You need to put the brakes on this. Tell him in no uncertain terms that you will NOT be married to someone who wants to bring any third party into the bedroom, and that you mean it, and that if he isn't satisfied with that you would like to know NOW.

Why oh why didn't you do that BEFORE you got married?!?!


----------



## michelle1121 (Sep 21, 2012)

I thought I made it very clear... he would just say "oh maybe someday you'll consider it" and I would just tell him to forget about it... lately he insists that he's going to make it happen.


----------



## TigerTank (Jun 25, 2012)

Did he bring up the strip club before you were married where he expressed interest in it? 

A similar situation occurred with my wife and I but it wasn't until well after we were married. I had never been to a strip club and she had been. She agreed to it early in the relationship but I chose to wait. Once we were married she refused and said she was my strip club. Her saying that to me helped a lot. I wasn't seeing how much it bothered her after we were married.

Have you maybe tried dancing for him or giving him a lap dance? If you both want it that's one thing but you shouldn't feel pressured. 

Maybe ask him what he is looking for from it and let him know why you don't feel comfortable with it. If you try and talk about it he should be willing to listen. Don't ignore it though. I made the mistake of not talking about a lot things and it caused problems in the marriage.


----------



## Hope1964 (Sep 26, 2011)

Did you tell him what the consequences will be if he doesn't drop it for good?


----------



## michelle1121 (Sep 21, 2012)

He may have mentioned it early on and I probably told him no. It certainly isn't an issue of boredom in our bedroom. I want sex more than he does and do whatever he wants to do or try..... I'm 15 years younger than him, a model, and recently got the fake DD boobs he wanted. Seriously what more does he want...


----------



## michelle1121 (Sep 21, 2012)

Oh I told him how I feel.. my concern is that he is going to start cheating on my just like my ex did. My ex was a sex addict and now I'm worried I've found myself another one.


----------



## Hope1964 (Sep 26, 2011)

Ya know, considering he doesn't like your kids and cheated on you just a couple of months ago, I am wondering what more you want him to do to you before you get out. Hit you? Or has he done that too??


----------



## TigerTank (Jun 25, 2012)

michelle1121 said:


> It certainly isn't an issue of boredom in our bedroom. I want sex more than he does and do whatever he wants to do or try..... I'm 15 years younger than him, a model, and recently got the fake DD boobs he wanted.


This sounds like a respect issue and he's trying to take advantage. There is no reason any man should make a demand like that when you hear the statement "I want sex more than he does and do whatever he wants to do or try".

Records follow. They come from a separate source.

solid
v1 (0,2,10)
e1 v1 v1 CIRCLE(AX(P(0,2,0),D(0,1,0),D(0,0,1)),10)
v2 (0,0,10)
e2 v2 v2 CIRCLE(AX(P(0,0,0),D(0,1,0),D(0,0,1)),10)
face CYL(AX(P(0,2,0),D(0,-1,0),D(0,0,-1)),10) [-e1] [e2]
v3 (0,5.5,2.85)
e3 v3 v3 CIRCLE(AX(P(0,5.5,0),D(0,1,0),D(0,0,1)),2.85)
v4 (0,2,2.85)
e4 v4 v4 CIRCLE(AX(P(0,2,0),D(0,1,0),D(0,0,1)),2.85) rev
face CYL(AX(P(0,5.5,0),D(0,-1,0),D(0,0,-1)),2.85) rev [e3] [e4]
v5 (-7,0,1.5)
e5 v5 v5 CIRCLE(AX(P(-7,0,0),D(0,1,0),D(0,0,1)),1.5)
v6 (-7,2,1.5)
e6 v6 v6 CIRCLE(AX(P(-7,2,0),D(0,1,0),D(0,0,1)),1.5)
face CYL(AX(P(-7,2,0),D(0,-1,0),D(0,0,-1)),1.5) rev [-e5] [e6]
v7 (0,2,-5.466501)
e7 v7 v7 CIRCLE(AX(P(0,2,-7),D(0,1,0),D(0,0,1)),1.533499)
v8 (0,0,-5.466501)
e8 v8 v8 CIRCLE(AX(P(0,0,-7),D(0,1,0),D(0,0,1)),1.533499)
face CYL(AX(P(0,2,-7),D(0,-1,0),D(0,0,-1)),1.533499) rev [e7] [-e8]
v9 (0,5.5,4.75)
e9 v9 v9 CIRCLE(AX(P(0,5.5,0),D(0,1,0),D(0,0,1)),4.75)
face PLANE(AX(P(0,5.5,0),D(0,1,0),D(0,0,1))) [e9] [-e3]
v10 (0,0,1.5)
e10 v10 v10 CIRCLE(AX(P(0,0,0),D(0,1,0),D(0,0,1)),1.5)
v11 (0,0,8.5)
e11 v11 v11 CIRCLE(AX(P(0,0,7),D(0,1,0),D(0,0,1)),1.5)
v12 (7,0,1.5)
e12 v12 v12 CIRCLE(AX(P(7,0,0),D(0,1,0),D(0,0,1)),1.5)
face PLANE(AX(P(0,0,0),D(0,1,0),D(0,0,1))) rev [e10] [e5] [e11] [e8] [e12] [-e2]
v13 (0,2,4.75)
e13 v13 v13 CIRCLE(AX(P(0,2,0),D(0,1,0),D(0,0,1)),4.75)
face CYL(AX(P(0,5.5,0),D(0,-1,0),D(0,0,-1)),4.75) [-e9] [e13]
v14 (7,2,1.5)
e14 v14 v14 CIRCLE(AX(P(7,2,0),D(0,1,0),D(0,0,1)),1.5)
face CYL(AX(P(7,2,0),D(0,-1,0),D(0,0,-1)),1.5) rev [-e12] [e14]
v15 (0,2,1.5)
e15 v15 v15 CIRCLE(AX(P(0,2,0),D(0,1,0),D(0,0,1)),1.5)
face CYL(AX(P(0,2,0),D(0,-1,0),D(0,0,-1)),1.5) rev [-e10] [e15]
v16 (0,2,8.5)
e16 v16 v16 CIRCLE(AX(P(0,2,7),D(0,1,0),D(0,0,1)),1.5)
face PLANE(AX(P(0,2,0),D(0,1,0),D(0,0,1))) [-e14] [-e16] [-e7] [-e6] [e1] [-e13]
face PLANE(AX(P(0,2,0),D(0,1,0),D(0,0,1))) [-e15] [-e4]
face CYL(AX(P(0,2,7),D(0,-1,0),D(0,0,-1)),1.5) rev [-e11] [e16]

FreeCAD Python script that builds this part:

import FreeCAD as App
import Part
import Sketcher

V = App.Vector

doc = App.newDocument("Part")
params = doc.addObject("Spreadsheet::Sheet", "Params")
for row, (alias, value) in enumerate([
    ("sketch1_diameter", "20 mm"),
    ("sketch1_diameter2", "3 mm"),
    ("pad1_length", "2 mm"),
    ("sketch2_diameter", "9.5 mm"),
    ("sketch2_diameter2", "5.7 mm"),
    ("pad2_length", "3.5 mm"),
], start=1):
    params.set(f"A{row}", alias)
    params.set(f"B{row}", "=" + value)
    params.setAlias(f"B{row}", alias)

body = doc.addObject("PartDesign::Body", "Body")

# Sketch on XZ plane
sketch1 = body.newObject("Sketcher::SketchObject", "Sketch")
sketch1.AttachmentSupport = (doc.getObject("XZ_Plane"), [""])
sketch1.MapMode = "FlatFace"
sketch1.addGeometry(Part.Circle(V(0, 0, 0), V(0, 0, 1), 10), False)
sketch1.addGeometry(Part.Circle(V(0, -7, 0), V(0, 0, 1), 1.533499), False)
sketch1.addGeometry(Part.Circle(V(-7, 0, 0), V(0, 0, 1), 1.5), False)
sketch1.addGeometry(Part.Circle(V(0, 7, 0), V(0, 0, 1), 1.5), False)
sketch1.addGeometry(Part.Circle(V(7, 0, 0), V(0, 0, 1), 1.5), False)
sketch1.addGeometry(Part.Circle(V(0, 0, 0), V(0, 0, 1), 1.5), False)
sketch1.addConstraint(Sketcher.Constraint("Coincident", 0, 3, -1, 1))
sketch1.addConstraint(Sketcher.Constraint("Coincident", 5, 3, -1, 1))
sketch1.addConstraint(Sketcher.Constraint("Equal", 2, 3))
sketch1.addConstraint(Sketcher.Constraint("Equal", 3, 4))
sketch1.addConstraint(Sketcher.Constraint("Equal", 4, 5))
sketch1.addConstraint(Sketcher.Constraint("Symmetric", 1, 3, 3, 3, -1, 1))
sketch1.addConstraint(Sketcher.Constraint("Symmetric", 2, 3, 4, 3, -1, 1))
sketch1.addConstraint(Sketcher.Constraint("PointOnObject", 1, 3, -2))
sketch1.addConstraint(Sketcher.Constraint("PointOnObject", 2, 3, -1))
sketch1.addConstraint(Sketcher.Constraint("Diameter", 0, 20.0))
sketch1.addConstraint(Sketcher.Constraint("Diameter", 2, 3.0))
sketch1.addConstraint(Sketcher.Constraint("Diameter", 1, 3.066999))
sketch1.addConstraint(Sketcher.Constraint("DistanceY", 1, 3, -1, 1, 7.0))
sketch1.addConstraint(Sketcher.Constraint("DistanceX", 2, 3, -1, 1, 7.0))
sketch1.setExpression("Constraints[9]", "Params.sketch1_diameter")
sketch1.setExpression("Constraints[10]", "Params.sketch1_diameter2")
pad1 = body.newObject("PartDesign::Pad", "Pad")
pad1.Profile = sketch1
pad1.setExpression("Length", "Params.pad1_length")
pad1.Reversed = True

# Sketch on XZ plane
sketch2 = body.newObject("Sketcher::SketchObject", "Sketch001")
sketch2.AttachmentSupport = (doc.getObject("XZ_Plane"), [""])
sketch2.MapMode = "FlatFace"
sketch2.AttachmentOffset = App.Placement(V(0, 0, -2), App.Rotation())
sketch2.addGeometry(Part.Circle(V(0, 0, 0), V(0, 0, 1), 4.75), False)
sketch2.addGeometry(Part.Circle(V(0, 0, 0), V(0, 0, 1), 2.85), False)
sketch2.addConstraint(Sketcher.Constraint("Coincident", 0, 3, -1, 1))
sketch2.addConstraint(Sketcher.Constraint("Coincident", 1, 3, -1, 1))
sketch2.addConstraint(Sketcher.Constraint("Diameter", 0, 9.5))
sketch2.addConstraint(Sketcher.Constraint("Diameter", 1, 5.7))
sketch2.setExpression("Constraints[2]", "Params.sketch2_diameter")
sketch2.setExpression("Constraints[3]", "Params.sketch2_diameter2")
pad2 = body.newObject("PartDesign::Pad", "Pad001")
pad2.Profile = sketch2
pad2.setExpression("Length", "Params.pad2_length")
pad2.Reversed = True

doc.recompute()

He really should be open to listening to you and respect what you say. If he isn't willing to listen I would be concerned why and ask.


----------



## michelle1121 (Sep 21, 2012)

no he does not hit me.. maybe I just keep thinking things will get better.


----------



## Hope1964 (Sep 26, 2011)

Why would they get better??


----------



## Toffer (Jan 31, 2012)

OMG

I think you seriously need to re-evaluate this marriage!

Do not pass Go
Do not open wedding gifts
To not have unprotected sex with this man

Find someone who just wants YOU
_Posted via Mobile Device_


----------



## Emerald (Aug 2, 2012)

michelle1121 said:


> I thought I made it very clear... he would just say "oh maybe someday you'll consider it" and I would just tell him to forget about it... lately he insists that he's going to make it happen.


Then you should "insist" on an annullment. You said you look like a model with double d's, so you should have no problem finding a more "vanilla" husband.


----------